PLIC-2 Das Double-Nickase-Plasmid (h) besteht aus einem aufeinander abgestimmten Plasmidpaar, das für die hochspezifische Bearbeitung des UBQLN2-Lokus in human-Zelllinien entwickelt wurde. Jedes Plasmid exprimiert eine Cas9-D10A-Nickase und eine spezifische sgRNA, die auf entgegengesetzte DNA-Stränge innerhalb von UBQLN2 abzielt. Wenn sie auf benachbarte Stellen auf entgegengesetzten DNA-Strängen gerichtet sind, erzeugen die beiden Nickasen versetzte Einzelstrang-Schnitte, die zusammen einen versetzten Doppelstrangbruch erzeugen, was eine koordinierte On-Target-Aktivität beider Guides erfordert. Der resultierende DNA-Bruch wird durch endogene zelluläre Reparaturwege behoben, meist durch nicht-homologe Endverknüpfung (NHEJ), was zu Insertionen oder Deletionen führt, die die UBQLN2-Funktion stören.
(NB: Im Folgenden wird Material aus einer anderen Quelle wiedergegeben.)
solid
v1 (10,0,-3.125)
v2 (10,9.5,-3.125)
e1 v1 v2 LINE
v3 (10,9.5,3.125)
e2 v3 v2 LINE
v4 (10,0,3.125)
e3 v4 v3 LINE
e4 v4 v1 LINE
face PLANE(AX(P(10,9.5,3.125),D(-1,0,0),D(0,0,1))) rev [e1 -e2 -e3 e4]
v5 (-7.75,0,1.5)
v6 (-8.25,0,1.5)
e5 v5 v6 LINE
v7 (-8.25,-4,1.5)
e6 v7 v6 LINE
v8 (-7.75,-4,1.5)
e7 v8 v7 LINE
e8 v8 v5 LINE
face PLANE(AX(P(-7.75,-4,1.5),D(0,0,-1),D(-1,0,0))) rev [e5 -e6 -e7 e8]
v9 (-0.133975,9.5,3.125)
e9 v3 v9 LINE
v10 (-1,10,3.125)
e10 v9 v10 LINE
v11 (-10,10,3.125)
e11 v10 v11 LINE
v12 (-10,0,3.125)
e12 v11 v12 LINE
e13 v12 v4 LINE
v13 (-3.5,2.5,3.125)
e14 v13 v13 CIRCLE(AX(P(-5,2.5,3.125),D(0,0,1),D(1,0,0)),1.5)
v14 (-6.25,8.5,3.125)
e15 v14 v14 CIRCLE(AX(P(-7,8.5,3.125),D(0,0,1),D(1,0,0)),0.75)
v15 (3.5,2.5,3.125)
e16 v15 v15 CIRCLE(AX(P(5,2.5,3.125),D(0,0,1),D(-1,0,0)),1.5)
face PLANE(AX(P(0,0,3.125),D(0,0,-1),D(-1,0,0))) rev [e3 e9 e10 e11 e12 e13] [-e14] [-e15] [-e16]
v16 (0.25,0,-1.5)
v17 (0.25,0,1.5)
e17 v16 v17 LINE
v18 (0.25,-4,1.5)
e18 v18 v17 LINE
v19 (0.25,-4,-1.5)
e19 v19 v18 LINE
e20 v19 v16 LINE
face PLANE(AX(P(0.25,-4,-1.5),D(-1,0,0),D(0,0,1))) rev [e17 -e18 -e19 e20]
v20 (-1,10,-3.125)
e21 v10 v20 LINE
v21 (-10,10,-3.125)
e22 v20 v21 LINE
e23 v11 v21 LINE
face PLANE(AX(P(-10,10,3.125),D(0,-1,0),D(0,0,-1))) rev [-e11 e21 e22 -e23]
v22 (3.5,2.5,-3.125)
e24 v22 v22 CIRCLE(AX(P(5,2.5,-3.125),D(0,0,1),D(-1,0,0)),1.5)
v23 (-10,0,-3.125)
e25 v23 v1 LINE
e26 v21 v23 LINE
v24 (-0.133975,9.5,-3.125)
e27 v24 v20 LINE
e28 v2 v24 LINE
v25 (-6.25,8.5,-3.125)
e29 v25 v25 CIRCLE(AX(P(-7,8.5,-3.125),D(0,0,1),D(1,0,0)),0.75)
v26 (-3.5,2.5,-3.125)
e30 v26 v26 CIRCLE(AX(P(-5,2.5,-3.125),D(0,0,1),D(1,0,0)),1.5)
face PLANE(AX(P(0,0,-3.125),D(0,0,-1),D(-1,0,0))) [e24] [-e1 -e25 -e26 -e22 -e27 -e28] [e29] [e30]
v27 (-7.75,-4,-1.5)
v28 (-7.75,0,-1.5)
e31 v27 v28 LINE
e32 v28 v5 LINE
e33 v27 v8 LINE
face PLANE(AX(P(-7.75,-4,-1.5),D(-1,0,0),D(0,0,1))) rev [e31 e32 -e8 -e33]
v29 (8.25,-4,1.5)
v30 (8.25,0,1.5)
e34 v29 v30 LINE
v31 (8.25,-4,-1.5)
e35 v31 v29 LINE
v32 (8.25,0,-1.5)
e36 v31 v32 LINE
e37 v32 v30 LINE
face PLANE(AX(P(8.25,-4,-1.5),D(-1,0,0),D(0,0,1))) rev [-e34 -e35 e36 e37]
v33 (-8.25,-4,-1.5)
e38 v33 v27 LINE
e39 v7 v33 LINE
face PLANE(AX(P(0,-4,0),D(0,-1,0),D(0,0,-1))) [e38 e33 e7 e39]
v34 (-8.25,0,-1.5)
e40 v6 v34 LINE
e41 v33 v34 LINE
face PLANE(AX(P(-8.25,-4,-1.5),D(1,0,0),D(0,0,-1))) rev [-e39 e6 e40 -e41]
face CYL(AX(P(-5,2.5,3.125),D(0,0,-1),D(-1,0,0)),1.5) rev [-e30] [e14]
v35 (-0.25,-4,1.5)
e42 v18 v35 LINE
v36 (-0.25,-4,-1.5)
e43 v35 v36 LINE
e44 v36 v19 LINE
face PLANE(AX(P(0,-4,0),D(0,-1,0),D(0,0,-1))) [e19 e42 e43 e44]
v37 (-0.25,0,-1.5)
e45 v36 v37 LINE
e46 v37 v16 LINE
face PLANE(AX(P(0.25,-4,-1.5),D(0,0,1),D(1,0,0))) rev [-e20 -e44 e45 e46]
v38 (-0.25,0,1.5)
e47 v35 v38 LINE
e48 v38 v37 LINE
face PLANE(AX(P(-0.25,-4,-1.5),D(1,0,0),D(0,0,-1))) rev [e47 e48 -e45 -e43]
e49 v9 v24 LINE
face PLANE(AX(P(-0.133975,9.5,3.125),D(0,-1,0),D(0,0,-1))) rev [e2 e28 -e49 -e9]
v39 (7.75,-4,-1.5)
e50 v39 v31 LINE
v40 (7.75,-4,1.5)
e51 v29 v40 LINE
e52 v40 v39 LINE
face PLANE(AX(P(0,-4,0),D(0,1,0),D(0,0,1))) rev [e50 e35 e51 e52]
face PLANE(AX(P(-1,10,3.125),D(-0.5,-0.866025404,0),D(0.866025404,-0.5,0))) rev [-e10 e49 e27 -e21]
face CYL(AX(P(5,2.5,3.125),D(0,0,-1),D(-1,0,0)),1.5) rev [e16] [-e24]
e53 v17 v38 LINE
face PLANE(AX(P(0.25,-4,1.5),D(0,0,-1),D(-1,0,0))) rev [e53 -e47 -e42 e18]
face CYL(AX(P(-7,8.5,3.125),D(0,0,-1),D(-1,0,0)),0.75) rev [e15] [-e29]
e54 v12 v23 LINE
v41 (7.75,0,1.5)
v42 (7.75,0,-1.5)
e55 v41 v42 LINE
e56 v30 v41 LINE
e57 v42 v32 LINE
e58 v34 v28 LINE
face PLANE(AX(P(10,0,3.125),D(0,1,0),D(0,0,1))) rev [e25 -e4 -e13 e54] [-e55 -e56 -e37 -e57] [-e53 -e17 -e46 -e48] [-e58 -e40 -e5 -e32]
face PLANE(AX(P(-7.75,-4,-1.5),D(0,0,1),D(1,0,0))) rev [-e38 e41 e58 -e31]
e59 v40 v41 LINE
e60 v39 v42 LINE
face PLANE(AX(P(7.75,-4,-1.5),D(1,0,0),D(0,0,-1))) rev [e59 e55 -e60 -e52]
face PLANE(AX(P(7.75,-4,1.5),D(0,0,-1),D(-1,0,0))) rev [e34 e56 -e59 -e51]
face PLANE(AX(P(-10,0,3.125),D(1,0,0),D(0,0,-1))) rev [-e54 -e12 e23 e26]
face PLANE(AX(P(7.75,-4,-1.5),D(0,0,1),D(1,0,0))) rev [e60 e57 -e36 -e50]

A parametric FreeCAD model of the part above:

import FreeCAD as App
import Part
import Sketcher

V = App.Vector
Q = App.Units.Quantity


def add_polygon(sketch, points):
    """Adds a closed chain of lines whose ends are joined by coincident constraints."""
    first, n = sketch.GeometryCount, len(points)
    for a, b in zip(points, points[1:] + points[:1]):
        sketch.addGeometry(Part.LineSegment(App.Vector(*a, 0), App.Vector(*b, 0)), False)
    for i in range(n):
        sketch.addConstraint(Sketcher.Constraint("Coincident", first + i, 2, first + (i + 1) % n, 1))

doc = App.newDocument("Part")
params = doc.addObject("Spreadsheet::Sheet", "Params")
for row, (alias, value) in enumerate([
    ("sketch1_diameter", "3 mm"),
    ("sketch1_diameter2", "1.5 mm"),
    ("sketch1_width", "20 mm"),
    ("sketch1_width2", "9 mm"),
    ("sketch1_height", "10 mm"),
    ("pad1_length", "6.25 mm"),
    ("sketch2_height", "3 mm"),
    ("sketch2_width", "0.5 mm"),
    ("pad2_length", "4 mm"),
], start=1):
    params.set(f"A{row}", alias)
    params.set(f"B{row}", "=" + value)
    params.setAlias(f"B{row}", alias)

body = doc.addObject("PartDesign::Body", "Body")

sketch1 = body.newObject("Sketcher::SketchObject", "Sketch")
sketch1.AttachmentSupport = (doc.getObject("XY_Plane"), [""])
sketch1.MapMode = "FlatFace"
add_polygon(sketch1, [(-10, 0), (10, 0), (10, 9.5), (-0.133975, 9.5), (-1, 10), (-10, 10)])
sketch1.addGeometry(Part.Circle(V(5, 2.5, 0), V(0, 0, 1), 1.5), False)
sketch1.addGeometry(Part.Circle(V(-5, 2.5, 0), V(0, 0, 1), 1.5), False)
sketch1.addGeometry(Part.Circle(V(-7, 8.5, 0), V(0, 0, 1), 0.75), False)
sketch1.addConstraint([
    Sketcher.Constraint("Horizontal", 0),
    Sketcher.Constraint("Vertical", 1),
    Sketcher.Constraint("Horizontal", 2),
    Sketcher.Constraint("Horizontal", 4),
    Sketcher.Constraint("Vertical", 5),
    Sketcher.Constraint("Equal", 6, 7),
    Sketcher.Constraint("Symmetric", 0, 2, 5, 2, -1, 1),
    Sketcher.Constraint("Symmetric", 6, 3, 7, 3, -2),
    Sketcher.Constraint("Diameter", 6, 3.0),
    Sketcher.Constraint("Diameter", 8, 1.5),
    Sketcher.Constraint("DistanceX", 0, 1, 0, 2, 20.0),
    Sketcher.Constraint("DistanceX", 4, 2, 4, 1, 9.0),
    Sketcher.Constraint("DistanceY", 5, 2, 5, 1, 10.0),
    Sketcher.Constraint("Angle", 3, Q("150 deg")),
    Sketcher.Constraint("Distance", 3, 1.0),
    Sketcher.Constraint("DistanceX", -1, 1, 6, 3, 5.0),
    Sketcher.Constraint("DistanceX", 8, 3, -1, 1, 7.0),
    Sketcher.Constraint("DistanceY", 7, 3, 8, 3, 6.0),
    Sketcher.Constraint("DistanceY", 6, 3, 1, 2, 7.0),
])
sketch1.setExpression("Constraints[14]", "Params.sketch1_diameter")
sketch1.setExpression("Constraints[15]", "Params.sketch1_diameter2")
sketch1.setExpression("Constraints[16]", "Params.sketch1_width")
sketch1.setExpression("Constraints[17]", "Params.sketch1_width2")
sketch1.setExpression("Constraints[18]", "Params.sketch1_height")
pad1 = body.newObject("PartDesign::Pad", "Pad")
pad1.Profile = sketch1
pad1.setExpression("Length", "Params.pad1_length")
pad1.Midplane = True

sketch2 = body.newObject("Sketcher::SketchObject", "Sketch001")
sketch2.AttachmentSupport = (doc.getObject("XZ_Plane"), [""])
sketch2.MapMode = "FlatFace"
add_polygon(sketch2, [(-0.25, 1.5), (-0.25, -1.5), (0.25, -1.5), (0.25, 1.5)])
add_polygon(sketch2, [(-8.25, 1.5), (-8.25, -1.5), (-7.75, -1.5), (-7.75, 1.5)])
add_polygon(sketch2, [(7.75, 1.5), (7.75, -1.5), (8.25, -1.5), (8.25, 1.5)])
sketch2.addConstraint([
    Sketcher.Constraint("Vertical", 0),
    Sketcher.Constraint("Horizontal", 1),
    Sketcher.Constraint("Vertical", 2),
    Sketcher.Constraint("Horizontal", 3),
    Sketcher.Constraint("Vertical", 4),
    Sketcher.Constraint("Horizontal", 5),
    Sketcher.Constraint("Vertical", 6),
    Sketcher.Constraint("Horizontal", 7),
    Sketcher.Constraint("Vertical", 8),
    Sketcher.Constraint("Horizontal", 9),
    Sketcher.Constraint("Vertical", 10),
    Sketcher.Constraint("Horizontal", 11),
    Sketcher.Constraint("Symmetric", 0, 2, 2, 2, -1, 1),
    Sketcher.Constraint("Symmetric", 6, 2, 8, 2, -1, 1),
    Sketcher.Constraint("Symmetric", 4, 2, 10, 2, -1, 1),
    Sketcher.Constraint("Horizontal", 1, 2, 4, 2),
    Sketcher.Constraint("Horizontal", 3, 2, 6, 2),
    Sketcher.Constraint("Equal", 3, 5),
    Sketcher.Constraint("DistanceY", 0, 2, 0, 1, 3.0),
    Sketcher.Constraint("DistanceX", 1, 1, 1, 2, 0.5),
    Sketcher.Constraint("DistanceX", 4, 2, 0, 2, 8.0),
])
sketch2.setExpression("Constraints[30]", "Params.sketch2_height")
sketch2.setExpression("Constraints[31]", "Params.sketch2_width")
pad2 = body.newObject("PartDesign::Pad", "Pad001")
pad2.Profile = sketch2
pad2.setExpression("Length", "Params.pad2_length")

doc.recompute()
Durch die Notwendigkeit einer doppelten sgRNA-Bindung am Zielort erhöht der Doppel-Nick-Ansatz die Spezifität der Bearbeitung und bietet eine komplementäre CRISPR-Strategie für Anwendungen, bei denen eine zusätzliche Kontrolle über die Zielgenauigkeit gewünscht ist.
Um eine effiziente Identifizierung editierter Zellen zu unterstützen, kodiert ein Plasmid GFP zur fluoreszierenden Visualisierung transfizierter Populationen, während das Begleitplasmid ein Puromycin-Resistenzgen für die Antibiotika-Selektion trägt. Zusammen unterstützen diese Merkmale eine effiziente Anreicherung co-transfizierter Populationen und vereinfachen die Validierung von Klonen mit UBQLN2-Störung.
Nur für Forschungszwecke. Nicht für diagnostische oder therapeutische Zwecke bestimmt.